So we got lunch and I was pretty depressed. Who wants to go to a bird store where you can't play with the birds? Then I mentioned the store I had found when I met the people who bought Velcro, it was about half an hour from where we were and hubby said let's go. So we went there instead and O MY GOSH!!! I didn't realize when I went there the first time how big these tiels were. Of course they aren't handled often, in fact, the two my hubby and I picked up the lady thought they were going to bite and when they didn't she was surprised. Hubby talked her down on price because she then proceeded to say those were the tame ones (lol). The one she had thought was tame ended up shredding her fingers while we were, he was perch tame but not finger tame.
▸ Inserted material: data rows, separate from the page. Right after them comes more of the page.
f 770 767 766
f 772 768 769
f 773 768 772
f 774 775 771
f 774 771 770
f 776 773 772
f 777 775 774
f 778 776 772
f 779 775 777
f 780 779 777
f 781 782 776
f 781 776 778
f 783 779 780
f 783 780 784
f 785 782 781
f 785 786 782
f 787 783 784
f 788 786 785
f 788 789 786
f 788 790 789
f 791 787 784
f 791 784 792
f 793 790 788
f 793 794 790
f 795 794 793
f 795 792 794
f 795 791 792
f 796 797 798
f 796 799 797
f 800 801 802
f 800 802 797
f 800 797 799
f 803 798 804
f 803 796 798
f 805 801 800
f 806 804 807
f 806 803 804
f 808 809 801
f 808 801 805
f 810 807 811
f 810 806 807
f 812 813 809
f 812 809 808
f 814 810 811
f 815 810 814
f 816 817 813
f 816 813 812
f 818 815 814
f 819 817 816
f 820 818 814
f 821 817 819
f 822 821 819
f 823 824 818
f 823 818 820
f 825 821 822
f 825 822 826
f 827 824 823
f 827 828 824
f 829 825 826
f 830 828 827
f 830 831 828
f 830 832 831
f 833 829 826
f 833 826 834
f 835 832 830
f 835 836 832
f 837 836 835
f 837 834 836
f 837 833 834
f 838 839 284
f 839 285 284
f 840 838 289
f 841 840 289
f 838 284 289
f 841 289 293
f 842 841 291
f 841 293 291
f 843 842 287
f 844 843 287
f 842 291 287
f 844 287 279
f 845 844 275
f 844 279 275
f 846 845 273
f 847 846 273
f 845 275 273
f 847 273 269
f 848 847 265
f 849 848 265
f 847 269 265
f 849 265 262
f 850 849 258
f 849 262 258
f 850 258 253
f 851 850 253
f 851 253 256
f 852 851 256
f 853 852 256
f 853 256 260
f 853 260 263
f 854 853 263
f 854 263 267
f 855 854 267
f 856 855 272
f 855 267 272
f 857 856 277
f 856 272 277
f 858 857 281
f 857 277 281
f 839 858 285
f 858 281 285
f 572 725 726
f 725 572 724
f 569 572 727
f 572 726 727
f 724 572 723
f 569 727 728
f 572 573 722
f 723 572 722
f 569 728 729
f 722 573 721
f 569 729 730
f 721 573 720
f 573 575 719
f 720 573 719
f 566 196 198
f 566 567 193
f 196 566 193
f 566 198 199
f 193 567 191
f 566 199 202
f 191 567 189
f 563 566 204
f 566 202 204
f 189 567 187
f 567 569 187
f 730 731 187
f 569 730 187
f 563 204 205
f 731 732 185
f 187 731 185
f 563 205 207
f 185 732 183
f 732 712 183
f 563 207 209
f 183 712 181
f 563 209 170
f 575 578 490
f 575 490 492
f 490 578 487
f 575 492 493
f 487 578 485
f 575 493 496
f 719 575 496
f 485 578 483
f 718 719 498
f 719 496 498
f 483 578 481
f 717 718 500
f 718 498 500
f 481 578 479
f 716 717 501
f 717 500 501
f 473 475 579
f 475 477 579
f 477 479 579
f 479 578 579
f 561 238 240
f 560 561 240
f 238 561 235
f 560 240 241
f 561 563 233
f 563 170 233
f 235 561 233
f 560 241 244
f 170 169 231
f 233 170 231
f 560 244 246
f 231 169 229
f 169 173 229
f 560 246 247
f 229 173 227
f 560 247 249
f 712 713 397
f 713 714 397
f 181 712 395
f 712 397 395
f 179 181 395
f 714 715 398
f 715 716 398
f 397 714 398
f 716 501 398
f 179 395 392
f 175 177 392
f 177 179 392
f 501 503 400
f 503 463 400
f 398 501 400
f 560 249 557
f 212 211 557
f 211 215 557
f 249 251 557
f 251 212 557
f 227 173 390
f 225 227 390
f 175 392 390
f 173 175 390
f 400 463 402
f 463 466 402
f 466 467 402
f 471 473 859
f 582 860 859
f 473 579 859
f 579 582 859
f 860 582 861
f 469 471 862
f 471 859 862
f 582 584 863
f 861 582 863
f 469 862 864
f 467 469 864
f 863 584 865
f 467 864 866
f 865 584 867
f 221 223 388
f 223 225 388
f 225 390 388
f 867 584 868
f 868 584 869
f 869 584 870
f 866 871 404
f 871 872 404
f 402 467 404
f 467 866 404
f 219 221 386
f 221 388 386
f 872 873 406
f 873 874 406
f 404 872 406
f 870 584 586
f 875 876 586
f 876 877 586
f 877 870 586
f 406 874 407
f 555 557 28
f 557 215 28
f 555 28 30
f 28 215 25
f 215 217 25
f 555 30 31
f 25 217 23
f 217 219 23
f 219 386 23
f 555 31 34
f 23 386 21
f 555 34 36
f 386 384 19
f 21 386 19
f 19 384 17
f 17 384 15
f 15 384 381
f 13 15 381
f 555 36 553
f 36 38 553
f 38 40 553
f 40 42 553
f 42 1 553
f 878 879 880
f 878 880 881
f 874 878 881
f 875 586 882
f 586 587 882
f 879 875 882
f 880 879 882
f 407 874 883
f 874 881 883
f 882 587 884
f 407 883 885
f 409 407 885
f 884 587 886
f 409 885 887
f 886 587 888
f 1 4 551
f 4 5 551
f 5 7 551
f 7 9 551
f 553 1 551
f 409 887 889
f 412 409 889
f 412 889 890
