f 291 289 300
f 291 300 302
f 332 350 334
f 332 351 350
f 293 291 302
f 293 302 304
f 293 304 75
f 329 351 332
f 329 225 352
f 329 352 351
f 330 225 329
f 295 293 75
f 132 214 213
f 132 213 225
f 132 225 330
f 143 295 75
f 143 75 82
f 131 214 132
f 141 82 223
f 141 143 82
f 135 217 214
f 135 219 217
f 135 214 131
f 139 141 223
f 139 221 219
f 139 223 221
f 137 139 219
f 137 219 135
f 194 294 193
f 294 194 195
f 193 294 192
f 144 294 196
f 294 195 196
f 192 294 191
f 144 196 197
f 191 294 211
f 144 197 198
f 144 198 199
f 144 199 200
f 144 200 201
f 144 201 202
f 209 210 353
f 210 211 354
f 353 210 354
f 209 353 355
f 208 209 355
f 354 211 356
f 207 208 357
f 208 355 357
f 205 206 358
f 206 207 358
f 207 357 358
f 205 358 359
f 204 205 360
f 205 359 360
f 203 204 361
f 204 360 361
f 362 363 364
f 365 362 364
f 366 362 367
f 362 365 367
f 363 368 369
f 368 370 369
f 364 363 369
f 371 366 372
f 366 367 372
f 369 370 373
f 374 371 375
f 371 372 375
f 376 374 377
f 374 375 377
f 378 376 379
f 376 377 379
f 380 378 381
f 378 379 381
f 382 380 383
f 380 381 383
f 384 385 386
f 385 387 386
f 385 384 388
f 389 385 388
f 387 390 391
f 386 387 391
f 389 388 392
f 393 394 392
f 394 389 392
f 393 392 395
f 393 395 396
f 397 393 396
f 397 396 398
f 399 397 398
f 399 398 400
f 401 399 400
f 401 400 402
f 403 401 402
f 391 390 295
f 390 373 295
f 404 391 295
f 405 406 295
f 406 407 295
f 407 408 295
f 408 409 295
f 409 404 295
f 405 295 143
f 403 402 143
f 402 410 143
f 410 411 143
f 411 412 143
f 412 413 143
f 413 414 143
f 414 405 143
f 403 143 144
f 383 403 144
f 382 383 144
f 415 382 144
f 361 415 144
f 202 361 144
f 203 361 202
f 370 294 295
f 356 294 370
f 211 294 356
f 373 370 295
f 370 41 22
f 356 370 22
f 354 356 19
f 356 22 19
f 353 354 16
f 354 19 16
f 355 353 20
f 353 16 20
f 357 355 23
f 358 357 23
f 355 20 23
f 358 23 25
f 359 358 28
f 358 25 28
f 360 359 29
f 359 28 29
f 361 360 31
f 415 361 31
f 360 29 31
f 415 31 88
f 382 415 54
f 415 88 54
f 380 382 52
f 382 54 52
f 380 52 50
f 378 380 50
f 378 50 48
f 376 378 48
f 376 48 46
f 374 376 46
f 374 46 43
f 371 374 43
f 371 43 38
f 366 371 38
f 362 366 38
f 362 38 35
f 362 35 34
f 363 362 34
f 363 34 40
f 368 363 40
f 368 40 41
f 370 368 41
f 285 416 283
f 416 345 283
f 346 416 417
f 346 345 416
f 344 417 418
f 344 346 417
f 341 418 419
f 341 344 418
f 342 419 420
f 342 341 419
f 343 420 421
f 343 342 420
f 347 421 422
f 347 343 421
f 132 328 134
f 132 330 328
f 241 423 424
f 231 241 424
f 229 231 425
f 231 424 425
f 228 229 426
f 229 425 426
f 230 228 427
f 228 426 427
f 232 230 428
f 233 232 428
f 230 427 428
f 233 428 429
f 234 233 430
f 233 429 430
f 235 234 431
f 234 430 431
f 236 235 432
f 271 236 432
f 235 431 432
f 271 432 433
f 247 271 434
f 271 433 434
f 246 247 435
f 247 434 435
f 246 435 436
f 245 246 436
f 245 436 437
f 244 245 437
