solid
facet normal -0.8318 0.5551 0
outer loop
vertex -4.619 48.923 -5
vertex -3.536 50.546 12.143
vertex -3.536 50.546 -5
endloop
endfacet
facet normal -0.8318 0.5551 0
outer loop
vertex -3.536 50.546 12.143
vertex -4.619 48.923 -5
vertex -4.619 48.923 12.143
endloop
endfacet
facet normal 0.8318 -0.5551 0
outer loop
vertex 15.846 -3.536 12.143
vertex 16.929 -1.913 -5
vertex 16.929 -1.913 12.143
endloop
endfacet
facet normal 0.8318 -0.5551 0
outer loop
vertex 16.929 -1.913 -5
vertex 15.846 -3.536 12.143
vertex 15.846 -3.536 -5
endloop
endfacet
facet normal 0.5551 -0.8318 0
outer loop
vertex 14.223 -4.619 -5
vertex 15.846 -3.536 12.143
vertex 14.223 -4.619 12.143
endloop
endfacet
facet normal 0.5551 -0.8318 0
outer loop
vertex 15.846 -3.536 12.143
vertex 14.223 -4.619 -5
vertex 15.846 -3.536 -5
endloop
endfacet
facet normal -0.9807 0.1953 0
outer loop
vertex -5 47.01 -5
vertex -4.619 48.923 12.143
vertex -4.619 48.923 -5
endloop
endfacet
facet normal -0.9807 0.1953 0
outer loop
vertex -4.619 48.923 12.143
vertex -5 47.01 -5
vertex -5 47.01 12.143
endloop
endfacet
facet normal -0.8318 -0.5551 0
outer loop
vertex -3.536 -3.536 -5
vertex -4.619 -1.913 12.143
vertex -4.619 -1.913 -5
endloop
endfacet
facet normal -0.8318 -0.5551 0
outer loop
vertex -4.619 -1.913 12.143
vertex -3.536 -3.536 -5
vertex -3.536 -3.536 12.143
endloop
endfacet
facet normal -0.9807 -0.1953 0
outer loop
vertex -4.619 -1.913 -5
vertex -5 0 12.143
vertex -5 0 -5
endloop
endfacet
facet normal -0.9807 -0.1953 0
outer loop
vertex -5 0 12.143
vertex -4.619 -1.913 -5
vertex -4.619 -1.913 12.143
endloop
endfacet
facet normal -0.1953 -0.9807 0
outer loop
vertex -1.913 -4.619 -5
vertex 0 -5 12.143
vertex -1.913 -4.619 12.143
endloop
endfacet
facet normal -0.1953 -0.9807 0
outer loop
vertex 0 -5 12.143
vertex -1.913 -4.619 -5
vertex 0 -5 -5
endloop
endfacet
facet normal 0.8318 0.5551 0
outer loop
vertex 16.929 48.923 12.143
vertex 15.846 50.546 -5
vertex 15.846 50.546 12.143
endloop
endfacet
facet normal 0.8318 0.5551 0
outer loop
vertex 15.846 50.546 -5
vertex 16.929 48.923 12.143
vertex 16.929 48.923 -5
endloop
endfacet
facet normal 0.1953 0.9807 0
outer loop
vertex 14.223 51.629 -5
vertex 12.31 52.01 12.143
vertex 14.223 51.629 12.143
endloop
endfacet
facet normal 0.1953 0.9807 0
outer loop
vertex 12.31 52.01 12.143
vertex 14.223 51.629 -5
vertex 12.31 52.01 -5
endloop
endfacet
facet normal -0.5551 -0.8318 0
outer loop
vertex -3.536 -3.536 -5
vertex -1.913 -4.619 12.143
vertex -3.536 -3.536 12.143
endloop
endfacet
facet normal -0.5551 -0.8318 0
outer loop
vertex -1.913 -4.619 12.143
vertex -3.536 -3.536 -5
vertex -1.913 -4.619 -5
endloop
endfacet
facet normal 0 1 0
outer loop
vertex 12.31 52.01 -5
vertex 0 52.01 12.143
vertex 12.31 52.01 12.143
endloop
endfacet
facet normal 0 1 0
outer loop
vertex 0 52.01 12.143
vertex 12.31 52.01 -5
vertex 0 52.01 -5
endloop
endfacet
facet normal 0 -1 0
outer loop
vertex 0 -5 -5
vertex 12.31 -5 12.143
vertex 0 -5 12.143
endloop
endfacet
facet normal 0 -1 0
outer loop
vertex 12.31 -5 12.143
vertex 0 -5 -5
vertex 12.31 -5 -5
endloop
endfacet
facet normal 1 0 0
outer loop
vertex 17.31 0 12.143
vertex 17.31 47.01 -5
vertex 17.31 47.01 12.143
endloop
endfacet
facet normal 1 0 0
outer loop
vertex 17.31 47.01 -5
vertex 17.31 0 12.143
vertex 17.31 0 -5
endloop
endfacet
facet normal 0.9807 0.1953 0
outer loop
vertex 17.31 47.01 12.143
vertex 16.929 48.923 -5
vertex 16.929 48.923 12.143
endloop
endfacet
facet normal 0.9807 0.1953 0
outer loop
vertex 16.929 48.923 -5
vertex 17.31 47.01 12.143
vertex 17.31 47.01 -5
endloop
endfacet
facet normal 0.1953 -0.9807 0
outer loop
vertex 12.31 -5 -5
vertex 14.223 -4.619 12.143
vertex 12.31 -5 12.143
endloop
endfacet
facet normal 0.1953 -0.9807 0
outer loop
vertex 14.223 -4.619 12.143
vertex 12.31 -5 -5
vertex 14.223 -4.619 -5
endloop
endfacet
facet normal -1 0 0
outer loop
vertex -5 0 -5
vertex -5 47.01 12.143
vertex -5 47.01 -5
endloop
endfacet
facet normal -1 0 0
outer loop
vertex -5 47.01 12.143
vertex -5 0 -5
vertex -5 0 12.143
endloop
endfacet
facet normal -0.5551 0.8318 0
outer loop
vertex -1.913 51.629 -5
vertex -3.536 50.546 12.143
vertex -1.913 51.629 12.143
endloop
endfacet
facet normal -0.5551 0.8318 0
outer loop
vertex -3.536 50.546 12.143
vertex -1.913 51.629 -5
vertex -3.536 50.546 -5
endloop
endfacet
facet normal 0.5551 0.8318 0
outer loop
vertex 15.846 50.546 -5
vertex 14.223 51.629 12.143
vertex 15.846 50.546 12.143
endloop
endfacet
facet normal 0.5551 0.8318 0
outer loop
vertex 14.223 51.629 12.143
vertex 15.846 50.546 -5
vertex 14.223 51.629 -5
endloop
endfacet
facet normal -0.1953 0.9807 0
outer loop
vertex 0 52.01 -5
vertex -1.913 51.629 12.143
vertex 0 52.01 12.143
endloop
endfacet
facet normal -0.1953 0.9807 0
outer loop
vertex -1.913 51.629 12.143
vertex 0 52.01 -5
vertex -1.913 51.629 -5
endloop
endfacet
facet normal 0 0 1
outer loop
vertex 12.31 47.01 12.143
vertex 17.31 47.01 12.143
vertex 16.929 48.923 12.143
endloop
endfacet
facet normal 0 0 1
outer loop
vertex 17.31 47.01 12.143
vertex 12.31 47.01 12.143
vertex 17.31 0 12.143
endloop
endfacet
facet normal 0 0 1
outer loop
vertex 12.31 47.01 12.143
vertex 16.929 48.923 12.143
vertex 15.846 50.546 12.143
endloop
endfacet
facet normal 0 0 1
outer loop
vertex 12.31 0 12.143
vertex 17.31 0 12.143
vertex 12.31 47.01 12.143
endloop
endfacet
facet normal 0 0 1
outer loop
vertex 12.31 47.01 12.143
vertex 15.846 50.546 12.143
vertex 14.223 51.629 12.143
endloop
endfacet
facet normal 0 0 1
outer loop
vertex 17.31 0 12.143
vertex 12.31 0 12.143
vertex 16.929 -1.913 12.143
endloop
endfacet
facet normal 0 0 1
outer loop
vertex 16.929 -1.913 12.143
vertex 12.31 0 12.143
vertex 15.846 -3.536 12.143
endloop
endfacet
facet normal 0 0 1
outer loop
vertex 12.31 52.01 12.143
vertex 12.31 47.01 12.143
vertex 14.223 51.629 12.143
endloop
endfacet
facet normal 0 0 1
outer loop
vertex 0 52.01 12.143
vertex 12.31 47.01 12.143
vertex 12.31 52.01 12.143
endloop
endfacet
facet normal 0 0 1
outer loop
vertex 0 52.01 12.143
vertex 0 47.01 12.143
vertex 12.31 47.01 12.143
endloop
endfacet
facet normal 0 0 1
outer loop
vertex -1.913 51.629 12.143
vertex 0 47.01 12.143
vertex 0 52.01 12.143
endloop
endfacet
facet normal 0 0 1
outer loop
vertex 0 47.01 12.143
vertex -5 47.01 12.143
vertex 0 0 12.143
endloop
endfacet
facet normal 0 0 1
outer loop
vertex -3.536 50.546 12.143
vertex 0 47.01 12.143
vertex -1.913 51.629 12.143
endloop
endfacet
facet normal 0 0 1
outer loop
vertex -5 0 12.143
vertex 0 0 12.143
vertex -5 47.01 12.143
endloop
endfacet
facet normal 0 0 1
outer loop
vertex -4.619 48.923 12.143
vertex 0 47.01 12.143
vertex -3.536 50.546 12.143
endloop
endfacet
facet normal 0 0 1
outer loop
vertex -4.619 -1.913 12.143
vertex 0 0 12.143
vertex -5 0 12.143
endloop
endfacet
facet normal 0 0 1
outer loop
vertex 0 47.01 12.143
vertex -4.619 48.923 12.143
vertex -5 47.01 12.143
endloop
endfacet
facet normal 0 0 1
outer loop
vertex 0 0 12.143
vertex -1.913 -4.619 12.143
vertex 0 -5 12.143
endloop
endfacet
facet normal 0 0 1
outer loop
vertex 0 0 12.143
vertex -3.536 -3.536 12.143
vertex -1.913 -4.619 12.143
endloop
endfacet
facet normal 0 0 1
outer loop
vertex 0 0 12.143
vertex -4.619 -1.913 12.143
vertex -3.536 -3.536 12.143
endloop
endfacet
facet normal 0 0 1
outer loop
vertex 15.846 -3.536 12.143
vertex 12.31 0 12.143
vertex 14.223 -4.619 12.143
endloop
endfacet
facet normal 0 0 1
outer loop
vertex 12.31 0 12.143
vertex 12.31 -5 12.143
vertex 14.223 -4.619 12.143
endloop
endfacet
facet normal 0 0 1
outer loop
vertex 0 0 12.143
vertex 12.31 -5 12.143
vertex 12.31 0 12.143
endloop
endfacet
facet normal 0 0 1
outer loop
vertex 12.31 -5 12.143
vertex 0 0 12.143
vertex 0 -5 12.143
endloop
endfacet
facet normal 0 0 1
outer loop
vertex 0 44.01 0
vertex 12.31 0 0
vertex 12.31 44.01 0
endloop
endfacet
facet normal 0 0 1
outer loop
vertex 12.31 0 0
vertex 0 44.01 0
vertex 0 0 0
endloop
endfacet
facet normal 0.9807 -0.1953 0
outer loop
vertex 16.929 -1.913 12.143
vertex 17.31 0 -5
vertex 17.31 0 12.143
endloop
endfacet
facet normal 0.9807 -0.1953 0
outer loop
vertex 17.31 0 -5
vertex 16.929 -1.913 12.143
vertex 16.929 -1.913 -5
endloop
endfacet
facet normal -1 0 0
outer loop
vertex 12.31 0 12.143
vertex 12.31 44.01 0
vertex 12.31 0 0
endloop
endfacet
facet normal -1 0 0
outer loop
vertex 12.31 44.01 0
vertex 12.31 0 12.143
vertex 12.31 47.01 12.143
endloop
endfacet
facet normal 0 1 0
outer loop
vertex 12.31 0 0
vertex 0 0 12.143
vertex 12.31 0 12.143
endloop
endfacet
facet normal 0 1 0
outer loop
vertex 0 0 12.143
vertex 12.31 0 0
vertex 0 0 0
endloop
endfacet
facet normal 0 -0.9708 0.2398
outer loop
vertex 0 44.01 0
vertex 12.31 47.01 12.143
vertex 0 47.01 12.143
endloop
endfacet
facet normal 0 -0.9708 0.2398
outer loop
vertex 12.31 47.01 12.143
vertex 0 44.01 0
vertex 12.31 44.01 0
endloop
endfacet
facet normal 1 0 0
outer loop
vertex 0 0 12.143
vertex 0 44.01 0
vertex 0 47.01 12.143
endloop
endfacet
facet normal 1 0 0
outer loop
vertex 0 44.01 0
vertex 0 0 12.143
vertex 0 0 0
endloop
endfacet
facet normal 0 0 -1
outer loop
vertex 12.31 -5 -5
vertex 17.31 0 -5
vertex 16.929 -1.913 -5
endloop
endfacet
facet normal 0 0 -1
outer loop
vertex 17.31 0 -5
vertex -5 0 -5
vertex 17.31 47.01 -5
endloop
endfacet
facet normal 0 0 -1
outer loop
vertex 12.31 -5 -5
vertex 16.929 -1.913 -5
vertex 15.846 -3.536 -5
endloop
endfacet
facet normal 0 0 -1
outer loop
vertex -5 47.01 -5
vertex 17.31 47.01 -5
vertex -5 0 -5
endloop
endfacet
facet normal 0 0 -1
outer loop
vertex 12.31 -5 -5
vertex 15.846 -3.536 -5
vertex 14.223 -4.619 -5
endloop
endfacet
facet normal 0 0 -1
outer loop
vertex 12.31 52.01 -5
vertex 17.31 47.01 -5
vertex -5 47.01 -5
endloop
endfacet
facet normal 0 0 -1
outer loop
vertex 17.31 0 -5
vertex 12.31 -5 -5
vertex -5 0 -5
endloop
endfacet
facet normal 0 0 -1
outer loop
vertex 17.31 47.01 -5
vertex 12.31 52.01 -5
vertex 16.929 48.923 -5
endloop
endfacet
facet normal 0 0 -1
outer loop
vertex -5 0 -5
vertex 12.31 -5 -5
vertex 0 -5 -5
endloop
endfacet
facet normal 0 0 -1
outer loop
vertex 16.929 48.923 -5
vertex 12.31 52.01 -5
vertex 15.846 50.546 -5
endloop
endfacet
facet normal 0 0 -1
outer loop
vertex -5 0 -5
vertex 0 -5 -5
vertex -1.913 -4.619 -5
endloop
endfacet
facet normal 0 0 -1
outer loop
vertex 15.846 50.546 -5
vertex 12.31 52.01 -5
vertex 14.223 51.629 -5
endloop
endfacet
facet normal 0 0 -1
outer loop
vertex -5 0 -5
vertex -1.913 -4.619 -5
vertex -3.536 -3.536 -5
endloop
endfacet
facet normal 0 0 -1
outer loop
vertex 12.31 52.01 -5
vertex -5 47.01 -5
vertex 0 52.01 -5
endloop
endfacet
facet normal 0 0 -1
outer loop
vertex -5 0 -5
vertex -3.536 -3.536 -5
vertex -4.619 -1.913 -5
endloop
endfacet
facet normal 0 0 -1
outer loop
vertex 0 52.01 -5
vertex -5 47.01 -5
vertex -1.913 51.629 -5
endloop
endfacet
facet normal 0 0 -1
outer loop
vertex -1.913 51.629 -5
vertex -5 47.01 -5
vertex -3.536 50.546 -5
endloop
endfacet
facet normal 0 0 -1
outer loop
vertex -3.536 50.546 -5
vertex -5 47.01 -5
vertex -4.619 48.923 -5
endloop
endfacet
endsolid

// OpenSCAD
z = 12.14285714;

tol = 0.01;

x = 12.3;
y = 47;
thickness = 5;
bottomy = 44;

union() difference()
{
    linear_extrude(height = z)
    {
        offset(thickness) square([ x + tol, y + tol ]);
        //         square([ x + tol, y + tol ]);
    }
    hull()
    {
        translate([ 0, 0, z ]) linear_extrude(0.0001) square([ x + tol, y + tol ]);
        linear_extrude(0.00001) square([ x + tol, bottomy + tol ]);
    };
}
translate([ 0, 0, -thickness ])
{
    linear_extrude(height = thickness)
    {
        union()
        {
            offset(thickness) square([ x + tol, y + tol ]);
            square([ x + tol, y + tol ]);
        }
    }
}

// color("red")
// {
//     hull()
//     {
//         translate([ 0, 0, z ]) linear_extrude(0.0001) square([ x + tol, y + tol ]);
//         linear_extrude(0.00001) square([ x + tol, bottomy + tol ]);
//     }
// }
Anyways (sorry I know I'm rambling), there was one what I'm assuming a hen, since it seemed like all the tiels had gone through at least their first molt (all the boys had bright yellow faces and such, we even saw a pair breeding when we first got there.) Well I was in love. She steps up with slight hissing, likes to have a certain spot on the back of her head scratched, and does the exploding bird. That's where she puffs up slowly and then shakes herself out really good. She's banded and I think it says '09 on it so she's probably over a year old. She's a heavy cinnamon pearl pied (I think that's how its said) and is super adorable. Did a keelbone test and she's a chunker, needs to lose a little bit. She weighed in at 127gms last night (hubby called it right on the money lol.) Super cute though and we named her Bubbles. She's in quarantine right now, because I made hubby realize that it was better in the long run to quarantine if he didn't want the other birds to get sick. She hasn't eaten much, but she did eat some corn this morning when I offered it to her so that made us happy (hubby worries that they'll starve themselves.) And now for pictures because she's so darn cute!


----------



## Sar (Sep 22, 2010)

Bubbles is lovely, and already friendly 
Quarantine always goes so slowly doesn't it!!


----------



## roxy culver (May 27, 2010)

O yea this is gonna take FOREVER!!!


----------



## lperry82 (Aug 2, 2010)

Bubbles is adorable *wolf whistles* she looks chubby cute on the 2nd pic lol


----------



## xoxsarahxox (Dec 13, 2010)

bubbles is such a cute name! and shes so pretty


----------



## pknight1120 (Feb 9, 2011)

OH! I am in LOVE! She looks just like my Rio, my pearl pied hen that I had when i was a teenager. Very pretty baby... I was also disappointed when we went to the bird fair this weekend. Not 1 single tiel for sale! Can you believe that???


----------



## roxy culver (May 27, 2010)

WHAT??? A bird fair with no tiels??? Now I'm in shock! I love to just go to the store and look ya know? See what they have, play with some of the bigger birds, it usually keeps me from wanting to buy another one. But there aren't any stores like that around here. I'm gonna have to go to Canada! Hubby came up with the name, we had first thought Chili Cheese and calling her Chili but he thought that was more of a boy name, so then he said Bubbles and she didn't complain lol.


----------



## brittbritt (Oct 25, 2008)

What a pretty bub. I love the fluffy looking picture too.


----------



## Belinda (Oct 9, 2010)

ooh she is gorgeous!!! Are you buying more tiels to breed or you just wanted another one?


----------



## roxy culver (May 27, 2010)

Both...I want to start breeding, but getting her was a surprise. Hubby somehow (I didn't even know he was paying attention) remembered I wanted a pearl pied AND that I had mentioned this store before in relation to tiels. Plus she was so sweet and big I just couldn't NOT bring her home you know?


----------



## pknight1120 (Feb 9, 2011)

roxy culver said:


> WHAT??? A bird fair with no tiels??? Now I'm in shock!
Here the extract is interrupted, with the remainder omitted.